You are correct. WD in the Houston Specialty in 3/09 came from the AOH class. The dog was Artistry-Bravo Don't Make Waves, for 4pts under judge Maureen Shaughnessy.

Ann
Dallas


----------



## hotel4dogs (Sep 29, 2008)

If Tito and Rip are in BOB together there will be one HUGE celebration goin' on!!! 



scottbldr said:


> I'm hoping Tito and Rip are in for BOB together....you can trip me all you want at that point  Meeting sounds good, looking forward to it.


----------



## Pointgold (Jun 6, 2007)

hotel4dogs said:


> If Tito and Rip are in BOB together there will be one HUGE celebration goin' on!!!


 
If Tito and Rip are in BOB together, it would either mean that A. Tito finished one day and was a move -up and Rip went WD, or, there was a big mistake and someone thought one of them was a girl and one went WD and the other WB!!!
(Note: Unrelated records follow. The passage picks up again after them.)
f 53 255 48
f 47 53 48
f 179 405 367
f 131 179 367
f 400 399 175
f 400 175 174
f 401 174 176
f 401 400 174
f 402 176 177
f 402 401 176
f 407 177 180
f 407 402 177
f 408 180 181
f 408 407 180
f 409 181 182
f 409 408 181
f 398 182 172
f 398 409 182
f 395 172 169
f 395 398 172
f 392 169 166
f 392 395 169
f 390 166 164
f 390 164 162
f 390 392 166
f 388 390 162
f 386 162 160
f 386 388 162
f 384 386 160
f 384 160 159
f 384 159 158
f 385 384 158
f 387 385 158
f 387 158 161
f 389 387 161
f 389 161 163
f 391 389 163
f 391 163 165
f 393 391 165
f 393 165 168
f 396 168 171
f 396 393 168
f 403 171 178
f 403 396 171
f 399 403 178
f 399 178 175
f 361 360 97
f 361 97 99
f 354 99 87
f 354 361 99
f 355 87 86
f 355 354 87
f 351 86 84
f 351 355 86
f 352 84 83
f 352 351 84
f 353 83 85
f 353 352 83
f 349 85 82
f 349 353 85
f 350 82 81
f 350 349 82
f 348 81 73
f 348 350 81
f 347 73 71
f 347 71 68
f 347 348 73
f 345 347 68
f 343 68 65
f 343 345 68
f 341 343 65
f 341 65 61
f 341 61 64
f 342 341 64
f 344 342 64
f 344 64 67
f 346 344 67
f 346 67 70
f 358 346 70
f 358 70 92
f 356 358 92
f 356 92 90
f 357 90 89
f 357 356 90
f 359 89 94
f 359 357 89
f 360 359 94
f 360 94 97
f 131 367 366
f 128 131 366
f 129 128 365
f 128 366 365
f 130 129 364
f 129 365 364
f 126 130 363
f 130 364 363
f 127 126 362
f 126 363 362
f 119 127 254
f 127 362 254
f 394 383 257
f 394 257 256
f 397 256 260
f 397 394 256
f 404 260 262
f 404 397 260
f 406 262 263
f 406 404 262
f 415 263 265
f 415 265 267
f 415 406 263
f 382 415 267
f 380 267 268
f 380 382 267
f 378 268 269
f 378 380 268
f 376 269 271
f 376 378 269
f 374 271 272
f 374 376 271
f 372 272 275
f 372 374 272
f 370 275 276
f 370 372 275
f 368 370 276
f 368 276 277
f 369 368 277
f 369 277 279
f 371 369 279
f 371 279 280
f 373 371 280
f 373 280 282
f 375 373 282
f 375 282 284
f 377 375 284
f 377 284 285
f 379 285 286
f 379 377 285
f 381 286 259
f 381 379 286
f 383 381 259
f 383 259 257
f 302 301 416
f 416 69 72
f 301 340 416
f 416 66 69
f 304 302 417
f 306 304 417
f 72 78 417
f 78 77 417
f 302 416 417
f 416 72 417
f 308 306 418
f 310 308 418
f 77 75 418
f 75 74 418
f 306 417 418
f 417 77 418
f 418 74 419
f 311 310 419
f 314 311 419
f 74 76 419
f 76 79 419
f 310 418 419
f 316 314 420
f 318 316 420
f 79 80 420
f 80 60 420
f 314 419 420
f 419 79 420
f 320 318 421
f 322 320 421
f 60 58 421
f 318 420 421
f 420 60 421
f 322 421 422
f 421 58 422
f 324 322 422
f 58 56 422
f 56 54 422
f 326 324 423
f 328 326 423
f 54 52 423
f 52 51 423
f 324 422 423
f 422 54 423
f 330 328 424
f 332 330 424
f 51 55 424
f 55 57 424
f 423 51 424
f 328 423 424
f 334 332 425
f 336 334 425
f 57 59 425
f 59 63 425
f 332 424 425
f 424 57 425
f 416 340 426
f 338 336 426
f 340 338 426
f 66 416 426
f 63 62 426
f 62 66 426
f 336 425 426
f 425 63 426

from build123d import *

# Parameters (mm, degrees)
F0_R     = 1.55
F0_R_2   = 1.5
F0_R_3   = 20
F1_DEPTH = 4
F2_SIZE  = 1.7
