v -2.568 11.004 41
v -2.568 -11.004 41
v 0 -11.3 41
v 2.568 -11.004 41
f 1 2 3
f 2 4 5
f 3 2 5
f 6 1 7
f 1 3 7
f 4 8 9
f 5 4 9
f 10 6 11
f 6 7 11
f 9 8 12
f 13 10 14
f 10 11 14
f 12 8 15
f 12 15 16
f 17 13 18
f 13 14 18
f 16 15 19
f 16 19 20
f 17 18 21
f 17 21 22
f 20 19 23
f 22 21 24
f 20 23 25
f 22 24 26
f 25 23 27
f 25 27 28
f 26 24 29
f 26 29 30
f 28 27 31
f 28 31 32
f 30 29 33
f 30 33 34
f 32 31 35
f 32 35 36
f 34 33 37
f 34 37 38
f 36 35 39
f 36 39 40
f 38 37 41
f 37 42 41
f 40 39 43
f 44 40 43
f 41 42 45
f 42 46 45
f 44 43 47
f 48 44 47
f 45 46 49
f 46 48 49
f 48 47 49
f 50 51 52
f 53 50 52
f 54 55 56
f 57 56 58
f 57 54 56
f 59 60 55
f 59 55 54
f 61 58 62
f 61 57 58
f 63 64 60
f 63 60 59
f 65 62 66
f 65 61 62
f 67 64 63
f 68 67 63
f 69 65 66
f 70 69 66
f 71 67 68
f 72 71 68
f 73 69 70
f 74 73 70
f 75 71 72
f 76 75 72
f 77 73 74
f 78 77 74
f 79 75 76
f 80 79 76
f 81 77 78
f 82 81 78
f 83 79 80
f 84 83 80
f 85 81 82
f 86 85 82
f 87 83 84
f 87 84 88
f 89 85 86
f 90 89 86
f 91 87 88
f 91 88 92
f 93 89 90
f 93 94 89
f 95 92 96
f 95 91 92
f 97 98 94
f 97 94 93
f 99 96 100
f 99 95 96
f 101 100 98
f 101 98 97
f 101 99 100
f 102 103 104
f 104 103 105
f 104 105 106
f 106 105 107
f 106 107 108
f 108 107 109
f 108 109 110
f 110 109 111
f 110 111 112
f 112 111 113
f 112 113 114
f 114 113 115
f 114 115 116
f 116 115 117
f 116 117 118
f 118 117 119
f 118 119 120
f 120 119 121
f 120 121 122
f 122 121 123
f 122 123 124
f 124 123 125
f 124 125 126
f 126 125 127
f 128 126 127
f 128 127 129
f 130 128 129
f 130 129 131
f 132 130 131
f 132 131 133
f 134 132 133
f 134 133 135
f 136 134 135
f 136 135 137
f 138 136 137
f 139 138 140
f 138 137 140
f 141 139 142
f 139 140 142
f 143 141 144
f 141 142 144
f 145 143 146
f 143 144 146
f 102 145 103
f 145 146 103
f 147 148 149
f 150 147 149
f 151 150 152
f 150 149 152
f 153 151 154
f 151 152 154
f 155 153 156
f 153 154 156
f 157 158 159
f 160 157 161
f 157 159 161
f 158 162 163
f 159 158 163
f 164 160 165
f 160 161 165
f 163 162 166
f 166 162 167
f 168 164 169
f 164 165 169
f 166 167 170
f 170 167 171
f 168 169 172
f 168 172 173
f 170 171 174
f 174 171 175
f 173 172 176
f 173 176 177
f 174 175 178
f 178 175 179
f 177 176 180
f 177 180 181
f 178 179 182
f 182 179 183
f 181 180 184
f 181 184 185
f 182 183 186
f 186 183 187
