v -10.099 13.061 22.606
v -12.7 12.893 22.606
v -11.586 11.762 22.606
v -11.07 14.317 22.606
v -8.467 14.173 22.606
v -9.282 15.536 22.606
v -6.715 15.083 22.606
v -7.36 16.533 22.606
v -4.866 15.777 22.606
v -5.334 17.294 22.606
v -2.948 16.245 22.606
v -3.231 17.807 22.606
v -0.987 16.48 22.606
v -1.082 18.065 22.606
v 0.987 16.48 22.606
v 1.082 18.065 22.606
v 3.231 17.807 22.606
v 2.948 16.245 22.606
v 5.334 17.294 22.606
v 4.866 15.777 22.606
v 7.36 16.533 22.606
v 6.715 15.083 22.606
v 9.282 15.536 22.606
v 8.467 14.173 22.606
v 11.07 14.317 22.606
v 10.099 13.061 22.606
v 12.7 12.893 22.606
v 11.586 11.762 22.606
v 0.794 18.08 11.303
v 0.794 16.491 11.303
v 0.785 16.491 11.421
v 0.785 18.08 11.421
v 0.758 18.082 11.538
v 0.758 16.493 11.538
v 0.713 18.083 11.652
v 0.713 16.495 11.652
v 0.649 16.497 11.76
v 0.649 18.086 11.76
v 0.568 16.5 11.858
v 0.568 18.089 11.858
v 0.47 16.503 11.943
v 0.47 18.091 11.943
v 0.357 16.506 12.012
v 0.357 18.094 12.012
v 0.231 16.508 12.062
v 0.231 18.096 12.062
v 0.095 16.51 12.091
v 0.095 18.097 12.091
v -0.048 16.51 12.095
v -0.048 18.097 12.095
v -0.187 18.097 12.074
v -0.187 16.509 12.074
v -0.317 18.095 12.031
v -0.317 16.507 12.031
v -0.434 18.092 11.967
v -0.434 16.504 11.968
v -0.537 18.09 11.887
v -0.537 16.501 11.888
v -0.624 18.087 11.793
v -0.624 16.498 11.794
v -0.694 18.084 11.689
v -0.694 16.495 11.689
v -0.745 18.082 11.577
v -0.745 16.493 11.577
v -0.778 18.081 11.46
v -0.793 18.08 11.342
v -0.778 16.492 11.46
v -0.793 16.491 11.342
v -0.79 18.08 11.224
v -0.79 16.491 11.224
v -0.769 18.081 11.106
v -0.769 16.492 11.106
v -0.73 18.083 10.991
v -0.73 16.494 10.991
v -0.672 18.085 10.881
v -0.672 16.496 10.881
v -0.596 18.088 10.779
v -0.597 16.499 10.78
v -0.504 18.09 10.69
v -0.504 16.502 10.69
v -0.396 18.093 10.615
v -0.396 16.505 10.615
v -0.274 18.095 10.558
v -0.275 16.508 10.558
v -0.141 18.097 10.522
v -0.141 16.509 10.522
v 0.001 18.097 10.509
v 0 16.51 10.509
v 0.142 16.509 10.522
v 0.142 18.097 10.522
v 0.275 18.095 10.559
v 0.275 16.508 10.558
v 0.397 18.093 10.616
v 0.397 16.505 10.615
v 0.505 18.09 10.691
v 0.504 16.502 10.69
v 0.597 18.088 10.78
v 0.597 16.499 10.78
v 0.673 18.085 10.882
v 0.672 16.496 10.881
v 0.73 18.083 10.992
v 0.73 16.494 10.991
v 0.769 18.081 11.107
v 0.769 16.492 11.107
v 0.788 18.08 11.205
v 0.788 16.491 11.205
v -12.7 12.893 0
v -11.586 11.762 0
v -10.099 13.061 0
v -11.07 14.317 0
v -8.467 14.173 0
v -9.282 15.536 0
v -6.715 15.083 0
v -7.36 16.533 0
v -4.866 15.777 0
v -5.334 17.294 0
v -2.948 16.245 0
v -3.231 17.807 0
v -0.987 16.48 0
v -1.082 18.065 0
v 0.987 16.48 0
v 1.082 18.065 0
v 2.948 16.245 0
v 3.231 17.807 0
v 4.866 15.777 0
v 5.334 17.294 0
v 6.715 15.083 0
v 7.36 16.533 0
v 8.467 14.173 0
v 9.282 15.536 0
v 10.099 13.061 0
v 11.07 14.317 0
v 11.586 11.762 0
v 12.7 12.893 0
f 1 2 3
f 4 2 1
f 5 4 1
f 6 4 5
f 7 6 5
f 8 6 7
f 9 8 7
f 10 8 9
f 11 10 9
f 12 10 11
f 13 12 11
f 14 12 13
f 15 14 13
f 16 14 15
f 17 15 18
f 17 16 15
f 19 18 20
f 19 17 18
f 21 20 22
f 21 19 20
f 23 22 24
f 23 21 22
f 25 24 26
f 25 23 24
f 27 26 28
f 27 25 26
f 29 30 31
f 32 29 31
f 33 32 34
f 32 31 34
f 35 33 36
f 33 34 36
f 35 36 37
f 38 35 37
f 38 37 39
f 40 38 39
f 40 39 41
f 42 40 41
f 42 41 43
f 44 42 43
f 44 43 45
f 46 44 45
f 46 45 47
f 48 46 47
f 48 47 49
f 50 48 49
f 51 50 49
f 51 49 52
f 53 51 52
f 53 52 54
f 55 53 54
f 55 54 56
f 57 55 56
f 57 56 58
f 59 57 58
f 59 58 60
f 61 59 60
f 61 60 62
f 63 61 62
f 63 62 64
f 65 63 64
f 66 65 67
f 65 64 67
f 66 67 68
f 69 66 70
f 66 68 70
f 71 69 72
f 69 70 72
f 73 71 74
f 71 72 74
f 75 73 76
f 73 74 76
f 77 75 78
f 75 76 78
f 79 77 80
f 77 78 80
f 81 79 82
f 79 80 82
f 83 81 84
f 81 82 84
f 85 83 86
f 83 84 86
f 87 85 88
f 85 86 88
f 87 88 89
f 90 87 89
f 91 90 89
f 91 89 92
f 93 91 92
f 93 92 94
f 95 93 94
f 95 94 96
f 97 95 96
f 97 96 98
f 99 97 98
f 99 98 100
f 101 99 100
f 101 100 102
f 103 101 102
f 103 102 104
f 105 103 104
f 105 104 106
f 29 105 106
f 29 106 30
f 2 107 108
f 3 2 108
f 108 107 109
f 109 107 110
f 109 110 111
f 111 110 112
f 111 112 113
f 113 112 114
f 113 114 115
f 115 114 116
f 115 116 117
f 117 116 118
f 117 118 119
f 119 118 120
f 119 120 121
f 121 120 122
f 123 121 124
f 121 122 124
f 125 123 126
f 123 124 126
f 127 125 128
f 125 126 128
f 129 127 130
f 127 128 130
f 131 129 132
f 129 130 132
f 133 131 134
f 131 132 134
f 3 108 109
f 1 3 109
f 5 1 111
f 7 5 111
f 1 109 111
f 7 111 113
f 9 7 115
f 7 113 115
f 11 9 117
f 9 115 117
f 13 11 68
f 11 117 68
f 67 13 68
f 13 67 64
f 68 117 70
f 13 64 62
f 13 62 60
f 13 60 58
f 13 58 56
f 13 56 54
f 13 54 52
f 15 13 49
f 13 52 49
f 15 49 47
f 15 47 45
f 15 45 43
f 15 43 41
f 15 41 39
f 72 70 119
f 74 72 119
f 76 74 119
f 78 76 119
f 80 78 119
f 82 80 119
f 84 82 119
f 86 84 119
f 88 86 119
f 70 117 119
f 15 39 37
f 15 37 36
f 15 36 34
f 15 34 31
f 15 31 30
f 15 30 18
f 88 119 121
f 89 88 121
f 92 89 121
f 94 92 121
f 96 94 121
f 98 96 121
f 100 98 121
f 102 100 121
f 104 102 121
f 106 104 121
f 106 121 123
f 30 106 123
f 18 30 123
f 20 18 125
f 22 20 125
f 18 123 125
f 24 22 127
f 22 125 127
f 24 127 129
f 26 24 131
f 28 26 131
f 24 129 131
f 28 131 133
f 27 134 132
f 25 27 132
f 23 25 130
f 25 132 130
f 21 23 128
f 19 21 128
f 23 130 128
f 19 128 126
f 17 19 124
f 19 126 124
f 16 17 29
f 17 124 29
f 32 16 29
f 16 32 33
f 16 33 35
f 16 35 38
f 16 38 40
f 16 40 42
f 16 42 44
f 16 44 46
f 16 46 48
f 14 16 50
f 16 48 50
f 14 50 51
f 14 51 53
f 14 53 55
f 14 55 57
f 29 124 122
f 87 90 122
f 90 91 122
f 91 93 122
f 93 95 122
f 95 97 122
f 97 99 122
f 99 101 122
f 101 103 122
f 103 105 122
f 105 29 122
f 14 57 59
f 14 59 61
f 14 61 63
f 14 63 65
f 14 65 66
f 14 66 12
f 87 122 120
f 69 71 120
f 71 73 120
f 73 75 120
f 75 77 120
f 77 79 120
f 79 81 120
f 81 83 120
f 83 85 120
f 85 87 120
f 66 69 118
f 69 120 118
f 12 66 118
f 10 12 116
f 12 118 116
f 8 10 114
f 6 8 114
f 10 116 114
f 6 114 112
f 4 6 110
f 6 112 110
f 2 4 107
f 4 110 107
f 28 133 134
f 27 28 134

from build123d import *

# Parameters (mm, degrees)
F1_DEPTH = 22.606
F2_R     = 0.79375
F3_DEPTH = 19.0975001


with BuildPart() as f1:
    # F0 (on Top) → F1 (new body)
    with BuildSketch(Plane.XY):
        with BuildLine():
            ThreePointArc((-11.5859649124, 11.762037113), (0, 16.51), (11.5859649124, 11.762037113))
            Line((11.5859649124, 11.762037113), (12.7000000001, 12.8930022201))
            ThreePointArc((12.7000000001, 12.8930022201), (0, 18.0975), (-12.7000000001, 12.8930022201))
            Line((-12.7000000001, 12.8930022201), (-11.5859649124, 11.762037113))
        make_face()
    extrude(amount=F1_DEPTH)

    # F2 (on Front) → F3 (cut, up to face)
    with BuildSketch(Plane.XZ):
        with Locations((0, 11.303)):
            Circle(F2_R)
    extrude(amount=-F3_DEPTH, mode=Mode.SUBTRACT)


solid = f1.part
OR - one finished one day, one the next, and on the THIRD day they were BOTH in as move-ups!!!!!!!!!!!!!!!!!!!!!!!!!!


----------



## Bogey's Mom (Dec 23, 2008)

scottbldr said:


> I will be trying it for one show Memorial Day weekend. I'll be without a handler that day so I figure anyway I can get into the final lineup I'd have a chance for points. I did talk to my handler about it first and she thought with the judge that day it would be good class for me as opposed to Open or American Bred.
> 
> I'd like to believe the judges actually do judge what is in front of them regardless of class...optimistic newbie I suppose
> 
> ...


Please tell me you are showing in Bloomington, IL?


----------



## hotel4dogs (Sep 29, 2008)

It's a 4 day show...plenty of opportunities for both to finish before the 4th day :



Pointgold said:


> If Tito and Rip are in BOB together, it would either mean that A. Tito finished one day and was a move -up and Rip went WD, or, there was a big mistake and someone thought one of them was a girl and one went WD and the other WB!!!
> 
> 
> 
> OR - one finished one day, one the next, and on the THIRD day they were BOTH in as move-ups!!!!!!!!!!!!!!!!!!!!!!!!!!


----------



## hotel4dogs (Sep 29, 2008)

unfortunately, no. I like the Bloomington show, but won't be there this time around.




Bogey's Mom said:


> Please tell me you are showing in Bloomington, IL?


----------



## scottbldr (Aug 29, 2009)

hotel4dogs said:


> It's a 4 day show...plenty of opportunities for both to finish before the 4th day :


Tito might finish...we're just hoping Rip gets started


----------



## hotel4dogs (Sep 29, 2008)

I figure between this weekend and next we can finish both of them :crossfing



scottbldr said:


> Tito might finish...we're just hoping Rip gets started


----------



## Bogey's Mom (Dec 23, 2008)

Hoping for happy results for both of you!


----------



## rappwizard (May 27, 2009)

Yes, good luck this weekend! It should be lots of fun!


----------



## Ljilly28 (Jan 22, 2008)

Any news from the weekend?


----------



## scottbldr (Aug 29, 2009)

A couple of seconds by Ripken this weekend in Open (one owner handled  ). We had lots of fun...made some new friends and enjoyed their wins. Overall I was pleased with our progress after being out of the ring for several months.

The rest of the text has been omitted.